• **EXERCISE OBJECTIVE**: When you reach the line containing "#65=VECTOR('',#64,1.);" in the data below, begin returning lines exactly as written, and stop once the line containing "#78=EDGE_LOOP('',(#77));" has been returned.
(SUPPLIED RECORDS begins)
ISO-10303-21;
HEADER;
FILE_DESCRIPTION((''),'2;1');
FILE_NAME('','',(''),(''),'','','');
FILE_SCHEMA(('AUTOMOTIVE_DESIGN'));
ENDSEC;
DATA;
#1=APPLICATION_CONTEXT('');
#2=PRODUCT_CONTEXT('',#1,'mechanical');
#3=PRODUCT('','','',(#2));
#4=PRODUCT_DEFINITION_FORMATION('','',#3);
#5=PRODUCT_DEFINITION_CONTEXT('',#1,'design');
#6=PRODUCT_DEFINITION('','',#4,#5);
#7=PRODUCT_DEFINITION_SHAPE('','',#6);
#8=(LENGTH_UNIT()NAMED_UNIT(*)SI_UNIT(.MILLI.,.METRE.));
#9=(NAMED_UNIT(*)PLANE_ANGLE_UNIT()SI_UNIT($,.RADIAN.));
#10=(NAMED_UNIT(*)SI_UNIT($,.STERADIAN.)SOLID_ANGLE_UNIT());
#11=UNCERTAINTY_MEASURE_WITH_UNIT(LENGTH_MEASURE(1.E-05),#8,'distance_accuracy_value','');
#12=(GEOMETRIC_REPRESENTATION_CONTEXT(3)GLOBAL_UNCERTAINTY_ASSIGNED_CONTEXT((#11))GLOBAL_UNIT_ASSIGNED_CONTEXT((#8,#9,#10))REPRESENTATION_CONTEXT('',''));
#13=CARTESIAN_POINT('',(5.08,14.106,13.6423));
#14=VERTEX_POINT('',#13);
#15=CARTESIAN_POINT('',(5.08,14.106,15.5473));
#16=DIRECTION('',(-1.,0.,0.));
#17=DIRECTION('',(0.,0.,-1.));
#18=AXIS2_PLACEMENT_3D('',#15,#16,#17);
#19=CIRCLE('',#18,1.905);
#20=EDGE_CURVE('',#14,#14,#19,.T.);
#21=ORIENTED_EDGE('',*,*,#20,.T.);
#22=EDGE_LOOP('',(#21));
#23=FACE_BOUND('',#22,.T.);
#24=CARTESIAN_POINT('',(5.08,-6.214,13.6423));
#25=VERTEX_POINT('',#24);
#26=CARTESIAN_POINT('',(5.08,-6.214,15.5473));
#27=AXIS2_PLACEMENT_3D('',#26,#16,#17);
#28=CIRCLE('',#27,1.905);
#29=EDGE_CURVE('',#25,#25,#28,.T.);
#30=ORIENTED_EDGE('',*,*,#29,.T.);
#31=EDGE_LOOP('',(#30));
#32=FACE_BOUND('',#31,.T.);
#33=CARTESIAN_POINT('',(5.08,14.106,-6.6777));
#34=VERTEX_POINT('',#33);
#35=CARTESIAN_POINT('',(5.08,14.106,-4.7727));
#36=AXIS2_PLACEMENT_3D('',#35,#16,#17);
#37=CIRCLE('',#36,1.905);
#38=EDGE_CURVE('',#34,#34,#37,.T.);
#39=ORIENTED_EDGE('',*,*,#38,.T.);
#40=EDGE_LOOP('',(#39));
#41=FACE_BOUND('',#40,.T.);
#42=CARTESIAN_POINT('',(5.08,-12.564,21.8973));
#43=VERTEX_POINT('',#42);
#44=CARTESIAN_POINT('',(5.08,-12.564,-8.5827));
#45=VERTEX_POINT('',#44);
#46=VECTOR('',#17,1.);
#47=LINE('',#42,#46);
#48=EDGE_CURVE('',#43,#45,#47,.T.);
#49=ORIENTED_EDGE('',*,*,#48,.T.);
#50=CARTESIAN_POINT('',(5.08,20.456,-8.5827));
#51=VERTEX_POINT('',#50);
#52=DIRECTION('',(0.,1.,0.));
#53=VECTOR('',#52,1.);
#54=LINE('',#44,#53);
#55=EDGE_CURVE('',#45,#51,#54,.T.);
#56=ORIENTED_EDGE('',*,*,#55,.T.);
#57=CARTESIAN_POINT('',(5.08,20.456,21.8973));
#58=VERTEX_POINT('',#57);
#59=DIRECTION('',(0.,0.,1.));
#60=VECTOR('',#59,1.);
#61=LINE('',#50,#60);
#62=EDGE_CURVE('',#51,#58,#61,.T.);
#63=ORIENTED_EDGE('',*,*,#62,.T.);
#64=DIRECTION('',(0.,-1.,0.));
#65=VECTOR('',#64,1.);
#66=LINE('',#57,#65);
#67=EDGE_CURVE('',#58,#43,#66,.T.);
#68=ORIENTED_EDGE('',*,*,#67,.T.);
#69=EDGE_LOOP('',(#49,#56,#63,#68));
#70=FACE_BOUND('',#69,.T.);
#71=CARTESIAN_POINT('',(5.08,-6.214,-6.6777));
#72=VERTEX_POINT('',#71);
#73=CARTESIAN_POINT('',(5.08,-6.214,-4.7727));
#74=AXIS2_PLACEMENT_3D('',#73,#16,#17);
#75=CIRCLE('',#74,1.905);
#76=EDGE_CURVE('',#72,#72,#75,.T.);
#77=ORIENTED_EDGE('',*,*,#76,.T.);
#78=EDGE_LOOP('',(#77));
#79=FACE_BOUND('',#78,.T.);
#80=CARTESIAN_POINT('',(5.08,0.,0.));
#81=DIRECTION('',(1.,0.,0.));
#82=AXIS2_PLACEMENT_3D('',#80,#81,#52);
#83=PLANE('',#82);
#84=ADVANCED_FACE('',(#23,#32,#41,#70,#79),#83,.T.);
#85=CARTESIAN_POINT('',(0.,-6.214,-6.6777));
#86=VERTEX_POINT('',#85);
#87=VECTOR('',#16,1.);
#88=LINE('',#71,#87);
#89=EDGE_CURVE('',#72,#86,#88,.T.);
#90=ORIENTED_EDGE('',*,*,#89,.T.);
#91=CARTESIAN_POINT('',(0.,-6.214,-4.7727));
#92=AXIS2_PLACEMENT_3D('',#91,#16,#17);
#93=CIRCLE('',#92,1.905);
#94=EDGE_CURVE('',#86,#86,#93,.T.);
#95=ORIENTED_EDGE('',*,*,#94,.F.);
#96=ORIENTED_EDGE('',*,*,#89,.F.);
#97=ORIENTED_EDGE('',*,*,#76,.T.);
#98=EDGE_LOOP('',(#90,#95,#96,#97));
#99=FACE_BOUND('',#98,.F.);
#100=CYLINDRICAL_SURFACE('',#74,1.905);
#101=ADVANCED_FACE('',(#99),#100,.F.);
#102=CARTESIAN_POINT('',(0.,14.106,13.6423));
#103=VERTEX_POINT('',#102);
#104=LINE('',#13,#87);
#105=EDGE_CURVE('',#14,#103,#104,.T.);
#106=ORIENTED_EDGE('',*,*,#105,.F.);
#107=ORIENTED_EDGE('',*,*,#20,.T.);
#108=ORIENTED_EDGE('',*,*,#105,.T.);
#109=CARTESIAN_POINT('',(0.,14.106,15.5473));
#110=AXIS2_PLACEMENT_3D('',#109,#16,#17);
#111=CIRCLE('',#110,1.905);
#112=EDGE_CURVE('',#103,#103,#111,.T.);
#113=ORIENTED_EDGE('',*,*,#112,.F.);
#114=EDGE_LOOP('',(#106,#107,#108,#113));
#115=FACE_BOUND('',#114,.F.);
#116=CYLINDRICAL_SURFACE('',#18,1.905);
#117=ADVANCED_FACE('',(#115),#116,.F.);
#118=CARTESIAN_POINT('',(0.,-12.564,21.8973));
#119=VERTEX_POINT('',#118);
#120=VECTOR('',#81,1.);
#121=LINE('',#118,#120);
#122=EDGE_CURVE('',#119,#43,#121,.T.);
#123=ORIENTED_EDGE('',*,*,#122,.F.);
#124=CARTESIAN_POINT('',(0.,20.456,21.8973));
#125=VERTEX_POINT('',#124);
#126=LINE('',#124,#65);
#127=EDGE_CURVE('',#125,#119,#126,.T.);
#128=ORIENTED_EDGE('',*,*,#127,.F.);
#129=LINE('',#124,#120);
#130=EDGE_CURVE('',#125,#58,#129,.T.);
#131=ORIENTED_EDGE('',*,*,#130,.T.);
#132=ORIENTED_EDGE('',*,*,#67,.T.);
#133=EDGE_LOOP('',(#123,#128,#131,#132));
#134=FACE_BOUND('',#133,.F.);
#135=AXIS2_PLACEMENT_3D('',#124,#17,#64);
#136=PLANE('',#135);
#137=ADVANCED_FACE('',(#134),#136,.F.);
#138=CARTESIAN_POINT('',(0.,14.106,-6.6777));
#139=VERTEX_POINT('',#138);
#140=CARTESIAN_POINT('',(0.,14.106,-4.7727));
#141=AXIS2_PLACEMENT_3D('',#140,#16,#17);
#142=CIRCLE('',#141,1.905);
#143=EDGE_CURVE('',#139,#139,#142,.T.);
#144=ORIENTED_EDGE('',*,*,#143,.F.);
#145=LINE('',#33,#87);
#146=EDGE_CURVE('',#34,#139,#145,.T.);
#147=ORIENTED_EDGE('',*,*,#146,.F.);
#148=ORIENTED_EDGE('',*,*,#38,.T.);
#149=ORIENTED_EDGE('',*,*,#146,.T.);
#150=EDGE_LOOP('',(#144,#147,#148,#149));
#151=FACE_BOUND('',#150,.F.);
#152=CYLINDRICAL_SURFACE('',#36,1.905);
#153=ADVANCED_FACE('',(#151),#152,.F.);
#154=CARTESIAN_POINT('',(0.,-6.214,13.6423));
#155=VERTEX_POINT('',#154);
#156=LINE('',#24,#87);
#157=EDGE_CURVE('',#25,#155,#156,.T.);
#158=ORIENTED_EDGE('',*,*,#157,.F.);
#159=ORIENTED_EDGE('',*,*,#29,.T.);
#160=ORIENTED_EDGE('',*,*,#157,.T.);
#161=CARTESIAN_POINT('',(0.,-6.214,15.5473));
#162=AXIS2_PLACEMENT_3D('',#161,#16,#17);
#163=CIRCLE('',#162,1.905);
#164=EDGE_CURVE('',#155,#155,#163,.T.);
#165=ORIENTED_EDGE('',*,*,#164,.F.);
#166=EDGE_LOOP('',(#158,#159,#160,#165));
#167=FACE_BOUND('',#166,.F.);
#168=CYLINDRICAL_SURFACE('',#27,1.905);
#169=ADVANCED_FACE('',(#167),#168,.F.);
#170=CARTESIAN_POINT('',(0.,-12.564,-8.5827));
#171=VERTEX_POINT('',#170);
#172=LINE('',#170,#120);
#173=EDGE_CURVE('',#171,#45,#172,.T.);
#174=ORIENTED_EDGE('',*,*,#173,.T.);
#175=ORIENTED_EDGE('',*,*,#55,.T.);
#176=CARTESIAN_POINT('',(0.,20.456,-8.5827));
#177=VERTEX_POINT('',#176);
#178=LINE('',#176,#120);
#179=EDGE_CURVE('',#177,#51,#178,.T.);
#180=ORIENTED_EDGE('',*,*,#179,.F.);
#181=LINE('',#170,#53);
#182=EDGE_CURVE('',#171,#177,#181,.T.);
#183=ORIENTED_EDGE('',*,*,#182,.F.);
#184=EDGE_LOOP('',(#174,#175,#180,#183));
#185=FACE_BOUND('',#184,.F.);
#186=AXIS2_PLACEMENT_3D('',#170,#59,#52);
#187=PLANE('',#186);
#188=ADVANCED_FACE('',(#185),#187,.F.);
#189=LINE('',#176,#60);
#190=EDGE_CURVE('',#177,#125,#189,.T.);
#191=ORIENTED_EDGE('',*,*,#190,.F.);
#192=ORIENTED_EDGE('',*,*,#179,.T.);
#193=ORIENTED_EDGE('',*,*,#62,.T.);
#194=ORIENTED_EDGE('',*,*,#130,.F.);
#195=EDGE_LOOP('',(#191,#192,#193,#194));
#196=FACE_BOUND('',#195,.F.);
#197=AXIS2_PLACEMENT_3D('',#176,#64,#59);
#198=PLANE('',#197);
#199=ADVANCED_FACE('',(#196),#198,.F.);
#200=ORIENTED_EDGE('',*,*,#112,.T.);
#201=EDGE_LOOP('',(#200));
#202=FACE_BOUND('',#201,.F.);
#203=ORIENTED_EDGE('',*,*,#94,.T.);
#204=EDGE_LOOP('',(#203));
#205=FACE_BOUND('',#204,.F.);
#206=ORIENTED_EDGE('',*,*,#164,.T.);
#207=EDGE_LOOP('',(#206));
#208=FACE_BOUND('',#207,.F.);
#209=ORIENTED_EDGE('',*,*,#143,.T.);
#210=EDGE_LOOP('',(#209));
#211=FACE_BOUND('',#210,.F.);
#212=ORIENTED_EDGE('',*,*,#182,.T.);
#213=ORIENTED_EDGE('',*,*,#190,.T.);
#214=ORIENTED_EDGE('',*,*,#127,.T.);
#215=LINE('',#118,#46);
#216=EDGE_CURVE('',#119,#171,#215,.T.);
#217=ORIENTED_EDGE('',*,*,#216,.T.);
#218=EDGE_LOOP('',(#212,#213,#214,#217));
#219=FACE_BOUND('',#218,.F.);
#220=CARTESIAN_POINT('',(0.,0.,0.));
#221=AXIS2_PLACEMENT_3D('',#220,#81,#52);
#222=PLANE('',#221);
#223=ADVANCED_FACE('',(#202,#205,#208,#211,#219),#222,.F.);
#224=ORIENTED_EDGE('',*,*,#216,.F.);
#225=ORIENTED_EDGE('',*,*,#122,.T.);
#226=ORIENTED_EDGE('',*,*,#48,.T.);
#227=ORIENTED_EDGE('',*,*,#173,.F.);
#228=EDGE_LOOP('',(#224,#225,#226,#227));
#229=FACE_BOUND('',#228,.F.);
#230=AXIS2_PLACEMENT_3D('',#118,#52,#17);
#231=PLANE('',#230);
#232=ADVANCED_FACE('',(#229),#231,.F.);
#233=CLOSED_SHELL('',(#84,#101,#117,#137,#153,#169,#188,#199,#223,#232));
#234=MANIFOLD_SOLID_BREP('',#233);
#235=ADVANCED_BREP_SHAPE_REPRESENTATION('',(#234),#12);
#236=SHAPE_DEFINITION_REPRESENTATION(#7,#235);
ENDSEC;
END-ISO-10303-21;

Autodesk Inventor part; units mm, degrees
ref_plane "YZ Plane" through (0, 0, 0) normal (1, 0, 0) x (0, 1, 0)
ref_plane "XZ Plane" through (0, 0, 0) normal (0, 1, 0) x (-1, 0, 0)
ref_plane "XY Plane" through (0, 0, 0) normal (0, 0, 1) x (1, 0, 0)
sketch "Sketch1" plane through (0, 0, 0) normal (1, 0, 0) x (0, 1, 0)
  line L0 (-12.564, -8.5827) -> (20.456, -8.5827)
  line L1 (20.456, -8.5827) -> (20.456, 21.8973)
  line L2 (20.456, 21.8973) -> (-12.564, 21.8973)
  line L3 (-12.564, 21.8973) -> (-12.564, -8.5827)
  point P0 (0, 0)
  dimension "d0" = 30.48
  dimension "d1" = 33.02
extrude "Extrusion1" add sketch "Sketch1" along normal blind 5.08
sketch "Sketch2" plane through (5.08, 0, 0) normal (1, 0, 0) x (0, 0, -1)
  line L0 (8.5827, -12.564) -> (8.5827, 20.456) projected
  line L1 (-21.8973, -12.564) -> (8.5827, -12.564) projected
  line L2 (8.5827, 20.456) -> (-21.8973, 20.456) projected
  line L3 (-21.8973, 20.456) -> (-21.8973, -12.564) projected
  point P0 (0, 0)
  point P1 (4.7727, 14.106)
  point P2 (-15.5473, 14.106)
  point P3 (-15.5473, -6.214)
  point P4 (4.7727, -6.214)
  dimension "d4" = 3.81
  dimension "d5" = 3.81
  dimension "d6" = 6.35
  dimension "d7" = 6.35
  dimension "d8" = 6.35
  dimension "d9" = 6.35
  dimension "d10" = 6.35
  dimension "d11" = 6.35
hole "Hole1" at (5.08, 14.106, -4.7727) at (5.08, 14.106, 15.5473) at (5.08, -6.214, 15.5473) at (5.08, -6.214, -4.7727) direction (-1, 0, 0) diameter 3.81 depth 10.9728 tip angle 118.188 clearance for "Flat Head Machine Screw (82)" size "#6" standard "Ansi Unified Screw Threads"
properties part number "cLIMPpLATE"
(SUPPLIED RECORDS ends)
• **YOUR SOLUTION**:
#65=VECTOR('',#64,1.);
#66=LINE('',#57,#65);
#67=EDGE_CURVE('',#58,#43,#66,.T.);
#68=ORIENTED_EDGE('',*,*,#67,.T.);
#69=EDGE_LOOP('',(#49,#56,#63,#68));
#70=FACE_BOUND('',#69,.T.);
#71=CARTESIAN_POINT('',(5.08,-6.214,-6.6777));
#72=VERTEX_POINT('',#71);
#73=CARTESIAN_POINT('',(5.08,-6.214,-4.7727));
#74=AXIS2_PLACEMENT_3D('',#73,#16,#17);
#75=CIRCLE('',#74,1.905);
#76=EDGE_CURVE('',#72,#72,#75,.T.);
#77=ORIENTED_EDGE('',*,*,#76,.T.);
#78=EDGE_LOOP('',(#77));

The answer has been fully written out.